In the listing below, locate the line that contains "f 173 170 172" and the line that contains "f 99 196 197". Restate word for word those two lines and every line between them, and nothing else.

Start of Records shown

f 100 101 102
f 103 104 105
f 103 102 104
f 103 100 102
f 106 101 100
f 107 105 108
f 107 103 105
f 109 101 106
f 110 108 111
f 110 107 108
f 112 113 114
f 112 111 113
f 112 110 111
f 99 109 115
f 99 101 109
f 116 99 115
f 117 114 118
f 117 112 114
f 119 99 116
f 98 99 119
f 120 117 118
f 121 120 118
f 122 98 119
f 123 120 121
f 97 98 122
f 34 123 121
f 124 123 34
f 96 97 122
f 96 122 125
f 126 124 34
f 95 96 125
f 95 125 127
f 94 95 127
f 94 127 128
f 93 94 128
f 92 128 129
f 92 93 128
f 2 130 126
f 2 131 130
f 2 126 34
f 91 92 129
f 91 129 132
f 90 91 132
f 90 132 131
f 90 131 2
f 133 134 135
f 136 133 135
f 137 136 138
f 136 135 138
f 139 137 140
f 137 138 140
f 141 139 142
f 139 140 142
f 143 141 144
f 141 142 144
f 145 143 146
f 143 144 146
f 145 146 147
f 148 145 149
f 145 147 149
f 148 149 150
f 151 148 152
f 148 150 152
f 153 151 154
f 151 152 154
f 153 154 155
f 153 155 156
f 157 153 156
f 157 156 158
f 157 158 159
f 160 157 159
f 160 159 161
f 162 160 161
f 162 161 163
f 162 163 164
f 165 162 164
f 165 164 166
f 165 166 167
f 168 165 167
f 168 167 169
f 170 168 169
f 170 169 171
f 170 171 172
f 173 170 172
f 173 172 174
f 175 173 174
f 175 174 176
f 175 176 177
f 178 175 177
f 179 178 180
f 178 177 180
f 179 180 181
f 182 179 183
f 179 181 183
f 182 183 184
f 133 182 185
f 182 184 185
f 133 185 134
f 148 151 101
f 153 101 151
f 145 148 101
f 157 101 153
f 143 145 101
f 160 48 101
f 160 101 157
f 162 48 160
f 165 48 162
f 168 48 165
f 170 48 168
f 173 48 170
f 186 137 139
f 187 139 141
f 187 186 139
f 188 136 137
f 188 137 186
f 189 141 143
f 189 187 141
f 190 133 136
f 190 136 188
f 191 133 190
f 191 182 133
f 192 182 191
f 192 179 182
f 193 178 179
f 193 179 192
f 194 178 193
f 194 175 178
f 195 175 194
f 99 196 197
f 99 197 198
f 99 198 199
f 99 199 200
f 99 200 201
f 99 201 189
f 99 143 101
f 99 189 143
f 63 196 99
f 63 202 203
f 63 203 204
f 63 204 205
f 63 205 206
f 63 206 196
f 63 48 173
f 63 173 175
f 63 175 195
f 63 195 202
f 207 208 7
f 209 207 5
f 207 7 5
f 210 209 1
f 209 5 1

End of Records shown

**Your response**:
f 173 170 172
f 173 172 174
f 175 173 174
f 175 174 176
f 175 176 177
f 178 175 177
f 179 178 180
f 178 177 180
f 179 180 181
f 182 179 183
f 179 181 183
f 182 183 184
f 133 182 185
f 182 184 185
f 133 185 134
f 148 151 101
f 153 101 151
f 145 148 101
f 157 101 153
f 143 145 101
f 160 48 101
f 160 101 157
f 162 48 160
f 165 48 162
f 168 48 165
f 170 48 168
f 173 48 170
f 186 137 139
f 187 139 141
f 187 186 139
f 188 136 137
f 188 137 186
f 189 141 143
f 189 187 141
f 190 133 136
f 190 136 188
f 191 133 190
f 191 182 133
f 192 182 191
f 192 179 182
f 193 178 179
f 193 179 192
f 194 178 193
f 194 175 178
f 195 175 194
f 99 196 197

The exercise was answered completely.